REN regulates gene expression in cardiac tissue surrounding valves in uninjured hearts. (A) Valves around the outflow tract in uninjured hearts are shown by endocardial reporter flk:Red (pink). REN:GFP is shown in green and muscle is stained with MHC (blue). (B) Both cardiac muscle (MHC, blue) and epicardium (tcf21 reporter, pink) colocalize with REN:GFP (green) around uninjured valves. (C-F) Same staining as in A, but this time on regenerating hearts at 3 dpa (C), 7 dpa (D), 14 dpa (E), and 21 dpa (F). Percentage of remaining GFP intensity is shown in the bottom left corner. (G) Mean GFP intensity in regions colocalizing with muscle (α-MHC). Cardiac valve regions are shown in blue, and site of injury is shown in red. The x-axis is a timeline for the days after amputation of the ventricle apex. The y-axis (left) is the normalized fluorescence and the y-axis (right) is the fraction of the total fluorescence that is found around valves (yellow line). The regions expected to be REN:GFP-positive in A-F are outlined with a white dashed line. However, quantitation was carried out for the entire muscle positive region. Data are mean±s.e.m.

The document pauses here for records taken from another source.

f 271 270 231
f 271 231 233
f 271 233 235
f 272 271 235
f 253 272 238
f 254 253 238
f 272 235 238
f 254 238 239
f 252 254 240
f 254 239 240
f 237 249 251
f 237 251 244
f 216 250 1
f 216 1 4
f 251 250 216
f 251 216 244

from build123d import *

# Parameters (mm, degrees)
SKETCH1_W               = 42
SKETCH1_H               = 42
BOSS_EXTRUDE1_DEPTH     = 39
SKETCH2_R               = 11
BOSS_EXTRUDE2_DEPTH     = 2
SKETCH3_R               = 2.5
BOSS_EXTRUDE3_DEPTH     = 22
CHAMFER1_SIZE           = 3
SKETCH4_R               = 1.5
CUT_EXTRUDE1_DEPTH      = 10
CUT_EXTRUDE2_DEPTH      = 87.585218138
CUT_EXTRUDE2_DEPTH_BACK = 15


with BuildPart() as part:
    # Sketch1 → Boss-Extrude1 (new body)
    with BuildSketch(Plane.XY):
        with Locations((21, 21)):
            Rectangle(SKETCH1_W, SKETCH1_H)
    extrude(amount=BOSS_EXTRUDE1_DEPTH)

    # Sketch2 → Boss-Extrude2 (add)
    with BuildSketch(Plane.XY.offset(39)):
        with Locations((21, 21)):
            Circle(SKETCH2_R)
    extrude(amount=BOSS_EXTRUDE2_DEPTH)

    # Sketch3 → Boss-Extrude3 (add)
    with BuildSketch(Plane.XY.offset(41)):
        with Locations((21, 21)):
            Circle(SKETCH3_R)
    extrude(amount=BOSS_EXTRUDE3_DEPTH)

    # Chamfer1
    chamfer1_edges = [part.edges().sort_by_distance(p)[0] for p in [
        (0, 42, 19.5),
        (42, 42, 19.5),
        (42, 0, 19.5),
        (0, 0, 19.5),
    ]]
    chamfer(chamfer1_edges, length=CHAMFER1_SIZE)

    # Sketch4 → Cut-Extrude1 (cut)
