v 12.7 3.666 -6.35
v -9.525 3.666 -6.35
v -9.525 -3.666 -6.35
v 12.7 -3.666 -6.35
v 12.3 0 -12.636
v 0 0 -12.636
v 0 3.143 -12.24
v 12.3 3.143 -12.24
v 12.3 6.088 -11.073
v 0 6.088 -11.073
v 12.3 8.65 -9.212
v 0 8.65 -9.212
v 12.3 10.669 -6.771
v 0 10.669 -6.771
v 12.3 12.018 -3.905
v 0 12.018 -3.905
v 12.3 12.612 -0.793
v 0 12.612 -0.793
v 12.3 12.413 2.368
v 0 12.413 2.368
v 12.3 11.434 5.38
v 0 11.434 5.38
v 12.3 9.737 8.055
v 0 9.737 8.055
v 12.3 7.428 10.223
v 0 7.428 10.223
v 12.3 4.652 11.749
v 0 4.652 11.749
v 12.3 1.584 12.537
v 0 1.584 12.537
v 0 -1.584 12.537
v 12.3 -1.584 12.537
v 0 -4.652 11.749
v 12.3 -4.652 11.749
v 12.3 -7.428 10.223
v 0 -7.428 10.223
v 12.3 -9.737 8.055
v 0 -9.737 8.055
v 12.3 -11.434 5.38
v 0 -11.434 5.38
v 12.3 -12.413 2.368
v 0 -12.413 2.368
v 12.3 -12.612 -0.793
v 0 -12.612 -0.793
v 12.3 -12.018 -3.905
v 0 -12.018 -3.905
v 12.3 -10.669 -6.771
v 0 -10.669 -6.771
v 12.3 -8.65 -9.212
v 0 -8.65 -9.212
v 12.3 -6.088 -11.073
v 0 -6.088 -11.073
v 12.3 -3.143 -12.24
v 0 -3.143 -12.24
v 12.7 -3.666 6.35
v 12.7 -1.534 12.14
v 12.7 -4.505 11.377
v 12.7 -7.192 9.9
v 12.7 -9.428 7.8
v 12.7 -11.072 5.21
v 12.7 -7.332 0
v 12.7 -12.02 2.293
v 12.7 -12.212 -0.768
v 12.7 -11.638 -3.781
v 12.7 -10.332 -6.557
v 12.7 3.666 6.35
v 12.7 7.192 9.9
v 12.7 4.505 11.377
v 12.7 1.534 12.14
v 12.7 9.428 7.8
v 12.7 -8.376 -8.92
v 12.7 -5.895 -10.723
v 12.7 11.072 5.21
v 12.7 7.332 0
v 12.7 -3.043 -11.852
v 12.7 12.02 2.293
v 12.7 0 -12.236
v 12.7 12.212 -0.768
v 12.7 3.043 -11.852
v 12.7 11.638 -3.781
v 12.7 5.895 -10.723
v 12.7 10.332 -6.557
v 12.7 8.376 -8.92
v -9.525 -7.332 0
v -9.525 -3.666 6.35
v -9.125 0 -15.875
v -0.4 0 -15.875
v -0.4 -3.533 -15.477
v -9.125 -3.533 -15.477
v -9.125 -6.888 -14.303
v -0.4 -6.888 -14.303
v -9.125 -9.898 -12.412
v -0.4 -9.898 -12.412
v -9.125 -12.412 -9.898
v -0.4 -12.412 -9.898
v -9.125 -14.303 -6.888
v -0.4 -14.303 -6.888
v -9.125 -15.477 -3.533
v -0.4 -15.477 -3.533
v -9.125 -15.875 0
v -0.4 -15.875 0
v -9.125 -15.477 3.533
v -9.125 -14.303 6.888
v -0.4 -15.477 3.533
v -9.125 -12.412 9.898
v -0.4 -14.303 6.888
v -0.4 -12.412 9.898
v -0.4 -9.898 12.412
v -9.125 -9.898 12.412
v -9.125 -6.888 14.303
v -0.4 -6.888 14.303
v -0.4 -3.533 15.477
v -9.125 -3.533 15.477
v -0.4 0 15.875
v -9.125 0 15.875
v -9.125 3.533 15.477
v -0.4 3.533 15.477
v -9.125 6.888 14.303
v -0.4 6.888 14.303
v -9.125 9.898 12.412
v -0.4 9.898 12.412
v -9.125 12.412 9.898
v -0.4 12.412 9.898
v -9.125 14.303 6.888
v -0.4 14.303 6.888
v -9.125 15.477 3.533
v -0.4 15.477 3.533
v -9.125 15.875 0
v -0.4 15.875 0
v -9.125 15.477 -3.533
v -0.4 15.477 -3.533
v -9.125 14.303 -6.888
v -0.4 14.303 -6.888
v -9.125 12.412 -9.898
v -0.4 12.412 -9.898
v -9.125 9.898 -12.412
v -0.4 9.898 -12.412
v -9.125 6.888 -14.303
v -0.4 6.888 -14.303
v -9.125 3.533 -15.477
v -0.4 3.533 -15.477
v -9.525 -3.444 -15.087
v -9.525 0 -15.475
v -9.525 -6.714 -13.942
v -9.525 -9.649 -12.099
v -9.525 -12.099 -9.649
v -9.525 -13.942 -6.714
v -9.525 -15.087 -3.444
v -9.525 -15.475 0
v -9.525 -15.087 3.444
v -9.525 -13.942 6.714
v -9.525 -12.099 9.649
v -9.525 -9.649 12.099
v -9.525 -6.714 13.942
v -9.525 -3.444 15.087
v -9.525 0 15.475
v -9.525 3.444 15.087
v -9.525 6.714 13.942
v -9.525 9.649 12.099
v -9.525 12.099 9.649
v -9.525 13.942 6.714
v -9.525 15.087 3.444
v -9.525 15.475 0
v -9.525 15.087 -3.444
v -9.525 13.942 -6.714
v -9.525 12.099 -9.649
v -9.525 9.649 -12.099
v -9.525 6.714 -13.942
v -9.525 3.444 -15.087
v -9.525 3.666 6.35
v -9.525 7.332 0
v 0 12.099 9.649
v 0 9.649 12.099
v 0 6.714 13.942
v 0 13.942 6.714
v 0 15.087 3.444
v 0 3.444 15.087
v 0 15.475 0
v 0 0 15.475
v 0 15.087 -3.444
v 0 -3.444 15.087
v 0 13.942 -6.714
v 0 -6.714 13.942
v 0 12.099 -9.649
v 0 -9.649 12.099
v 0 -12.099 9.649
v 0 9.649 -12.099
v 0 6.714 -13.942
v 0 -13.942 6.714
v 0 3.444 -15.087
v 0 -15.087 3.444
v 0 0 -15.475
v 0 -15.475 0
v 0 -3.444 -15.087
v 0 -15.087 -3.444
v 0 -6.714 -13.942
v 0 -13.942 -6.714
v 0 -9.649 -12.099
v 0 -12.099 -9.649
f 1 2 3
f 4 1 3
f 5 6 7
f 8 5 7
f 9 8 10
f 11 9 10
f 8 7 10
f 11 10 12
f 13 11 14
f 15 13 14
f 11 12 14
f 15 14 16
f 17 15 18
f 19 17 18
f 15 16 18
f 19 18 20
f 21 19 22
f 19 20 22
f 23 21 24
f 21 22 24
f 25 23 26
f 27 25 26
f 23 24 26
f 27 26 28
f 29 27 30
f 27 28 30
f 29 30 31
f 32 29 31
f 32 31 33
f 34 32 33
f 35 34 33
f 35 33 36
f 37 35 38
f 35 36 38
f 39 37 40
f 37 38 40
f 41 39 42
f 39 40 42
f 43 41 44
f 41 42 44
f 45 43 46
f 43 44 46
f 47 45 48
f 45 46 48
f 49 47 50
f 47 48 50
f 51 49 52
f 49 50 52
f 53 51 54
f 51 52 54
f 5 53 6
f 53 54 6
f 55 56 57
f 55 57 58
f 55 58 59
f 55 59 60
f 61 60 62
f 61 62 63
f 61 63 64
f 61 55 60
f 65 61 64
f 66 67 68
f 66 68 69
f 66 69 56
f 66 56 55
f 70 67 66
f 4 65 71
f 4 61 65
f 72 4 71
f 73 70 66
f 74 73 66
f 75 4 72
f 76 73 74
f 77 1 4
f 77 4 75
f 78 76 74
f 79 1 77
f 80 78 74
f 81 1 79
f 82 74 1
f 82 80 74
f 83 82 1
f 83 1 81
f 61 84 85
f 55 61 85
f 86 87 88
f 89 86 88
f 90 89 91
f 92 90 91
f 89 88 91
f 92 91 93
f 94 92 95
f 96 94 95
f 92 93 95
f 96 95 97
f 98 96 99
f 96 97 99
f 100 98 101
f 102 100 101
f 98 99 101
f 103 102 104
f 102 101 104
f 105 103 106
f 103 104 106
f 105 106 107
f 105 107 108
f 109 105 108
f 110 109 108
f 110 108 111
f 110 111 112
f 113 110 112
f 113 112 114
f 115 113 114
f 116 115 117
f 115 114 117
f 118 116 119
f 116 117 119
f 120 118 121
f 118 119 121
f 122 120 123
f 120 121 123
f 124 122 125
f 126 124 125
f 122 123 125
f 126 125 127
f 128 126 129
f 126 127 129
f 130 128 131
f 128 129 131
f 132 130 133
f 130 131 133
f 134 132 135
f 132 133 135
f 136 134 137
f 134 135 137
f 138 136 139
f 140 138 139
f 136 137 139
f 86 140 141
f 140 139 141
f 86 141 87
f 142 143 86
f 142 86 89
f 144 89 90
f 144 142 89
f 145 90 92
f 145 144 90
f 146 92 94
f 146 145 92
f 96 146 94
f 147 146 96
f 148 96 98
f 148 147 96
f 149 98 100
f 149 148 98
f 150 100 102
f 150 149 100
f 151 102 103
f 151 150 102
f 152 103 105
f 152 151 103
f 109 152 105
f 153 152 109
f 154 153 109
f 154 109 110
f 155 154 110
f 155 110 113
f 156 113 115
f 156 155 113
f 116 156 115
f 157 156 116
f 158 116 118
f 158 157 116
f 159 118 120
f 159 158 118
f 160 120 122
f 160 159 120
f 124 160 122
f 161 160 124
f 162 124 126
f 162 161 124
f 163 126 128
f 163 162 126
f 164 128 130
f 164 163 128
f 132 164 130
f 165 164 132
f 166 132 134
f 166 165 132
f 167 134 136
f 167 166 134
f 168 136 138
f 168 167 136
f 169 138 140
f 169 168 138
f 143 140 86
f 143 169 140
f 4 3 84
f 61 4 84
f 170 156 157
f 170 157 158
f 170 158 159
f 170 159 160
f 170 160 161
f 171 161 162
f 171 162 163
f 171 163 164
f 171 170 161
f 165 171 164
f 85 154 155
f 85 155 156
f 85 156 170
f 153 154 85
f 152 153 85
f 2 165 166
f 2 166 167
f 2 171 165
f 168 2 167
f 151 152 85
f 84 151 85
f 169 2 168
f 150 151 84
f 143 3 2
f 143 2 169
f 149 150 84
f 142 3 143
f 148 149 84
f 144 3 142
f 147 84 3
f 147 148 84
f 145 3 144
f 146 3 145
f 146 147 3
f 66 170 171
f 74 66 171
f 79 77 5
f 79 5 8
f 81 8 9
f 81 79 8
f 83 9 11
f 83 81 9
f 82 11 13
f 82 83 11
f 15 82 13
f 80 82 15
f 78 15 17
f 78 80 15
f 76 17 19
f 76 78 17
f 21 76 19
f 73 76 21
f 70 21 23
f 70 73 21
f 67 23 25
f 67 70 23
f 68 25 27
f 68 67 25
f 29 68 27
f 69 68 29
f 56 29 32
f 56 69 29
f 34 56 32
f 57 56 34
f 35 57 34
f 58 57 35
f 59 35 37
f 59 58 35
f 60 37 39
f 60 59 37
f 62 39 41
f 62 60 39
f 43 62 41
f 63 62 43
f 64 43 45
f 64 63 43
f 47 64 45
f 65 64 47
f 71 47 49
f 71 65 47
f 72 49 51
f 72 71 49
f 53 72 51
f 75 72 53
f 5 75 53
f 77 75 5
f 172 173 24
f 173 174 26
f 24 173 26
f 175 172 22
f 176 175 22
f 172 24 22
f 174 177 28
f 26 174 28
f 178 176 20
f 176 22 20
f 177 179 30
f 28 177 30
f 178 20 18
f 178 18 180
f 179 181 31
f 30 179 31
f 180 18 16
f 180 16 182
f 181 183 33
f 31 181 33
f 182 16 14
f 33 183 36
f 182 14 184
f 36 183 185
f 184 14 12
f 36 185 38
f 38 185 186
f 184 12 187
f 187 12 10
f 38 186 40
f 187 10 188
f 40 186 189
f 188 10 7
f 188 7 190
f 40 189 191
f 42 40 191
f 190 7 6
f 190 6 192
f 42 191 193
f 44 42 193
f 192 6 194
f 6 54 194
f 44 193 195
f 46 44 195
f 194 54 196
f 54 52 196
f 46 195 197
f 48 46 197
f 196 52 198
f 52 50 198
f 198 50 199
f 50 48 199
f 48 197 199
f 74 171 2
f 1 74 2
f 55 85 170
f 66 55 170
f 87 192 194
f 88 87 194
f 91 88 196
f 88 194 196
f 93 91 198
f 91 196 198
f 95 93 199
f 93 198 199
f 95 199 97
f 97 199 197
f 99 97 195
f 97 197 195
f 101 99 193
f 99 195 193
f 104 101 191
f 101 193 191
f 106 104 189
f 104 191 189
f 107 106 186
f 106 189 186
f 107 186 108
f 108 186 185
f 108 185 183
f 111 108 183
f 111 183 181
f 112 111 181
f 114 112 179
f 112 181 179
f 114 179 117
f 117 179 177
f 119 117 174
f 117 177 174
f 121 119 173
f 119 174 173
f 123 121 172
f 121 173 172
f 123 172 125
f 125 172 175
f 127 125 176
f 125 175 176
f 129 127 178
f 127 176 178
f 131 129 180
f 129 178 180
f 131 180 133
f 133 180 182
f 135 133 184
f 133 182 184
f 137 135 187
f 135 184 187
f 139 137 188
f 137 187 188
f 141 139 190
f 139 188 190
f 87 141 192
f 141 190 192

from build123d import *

# Parameters (mm, degrees)
SKETCH1_R           = 12.6365
BOSS_EXTRUDE1_DEPTH = 12.7
SKETCH2_R           = 15.875
BOSS_EXTRUDE2_DEPTH = 9.525
CHAMFER1_SIZE       = 0.4
CUT_EXTRUDE1_DEPTH  = 32.590851128


with BuildPart() as part:
    # Sketch1 → Boss-Extrude1 (new body)
    with BuildSketch(Plane(origin=(0, 0, 0), x_dir=(0, 0, -1), z_dir=(1, 0, 0))):
        Circle(SKETCH1_R)
    extrude(amount=BOSS_EXTRUDE1_DEPTH)

    # Sketch2 → Boss-Extrude2 (add)
    with BuildSketch(Plane.ZY):
        with Locations(Location((0, 0, 0), (0, 0, 180))):
            Circle(SKETCH2_R)
    extrude(amount=BOSS_EXTRUDE2_DEPTH)

    # Chamfer1
    chamfer1_edges = [part.edges().sort_by_distance(p)[0] for p in [
        (12.7, 0, 12.6365),
        (0, 0, 15.875),
        (-9.525, 0, 15.875),
    ]]
    chamfer(chamfer1_edges, length=CHAMFER1_SIZE)

    # Sketch4 → Cut-Extrude1 (cut, through all)
    with BuildSketch(Plane.ZY.offset(9.525)):
        Polygon((0, 7.332348419), (-6.35, 3.666174209), (-6.35, -3.666174209), (0, -7.332348419), (6.35, -3.666174209), (6.35, 3.666174209), align=None)
    extrude(amount=-CUT_EXTRUDE1_DEPTH, mode=Mode.SUBTRACT)


solid = part.part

REN regulates different genes in uninjured hearts and during regeneration. (A) Images of uninjured valves from wild-type and ΔREN mutant fish. Sections are stained by RNAscope using a probe for adamts1 (green) and muscle was immuno-stained with an antibody towards myosin heavy chain (MHC, blue). Yellow arrows, likely epicardial signal; blue arrows, CM signal; white dashed lines, REN expression domain; red dotted lines, canal to OFT; white asterisks, signal from endocardial interstitial cells that compromise the valve itself. (B) The number of adamts1 mRNA foci from images like A were counted using MIPAR. Quantification of foci that colocalized with muscle (MHC) is shown on the left. Quantification of foci that are not muscle is shown on the right. Wild type, dark blue; mutant, light blue. (C) The number of adamts1 mRNA foci from the sectioned amputated ventricles (3 dpa) analyzed for runx1 in Fig. 3F. Quantification of foci that colocalized with muscle is shown on the left. Quantification of foci that are not muscle is shown on the right. (D,E) AFOG staining of uninjured wild-type and uninjured ΔREN mutant hearts (D) and uninjured wild-type and uninjured ΔREN/Δrunx1 double heterozygote hearts (E). Valve leaflets are shown on the right in a magnification of boxed areas. (F) Valves around the outflow tract in uninjured wild-type and ΔREN mutant hearts are immunostained with anti-Collagen I (green) and anti-Mef2c (red) to mark CM nuclei. (G) Quantification of Collagen I stain intensity. Data are mean±s.e.m. **P=0.01 (Mann Whitney). ns, not significant.

REN is rewired from a one cardiac domain to a different gene pathway during heart regeneration. Top: in uninjured hearts, REN activates expression of adamts1 around cardiac valves. Bottom: during regeneration REN is silenced around valves and is stimulated at the site of injury where it activates runx1.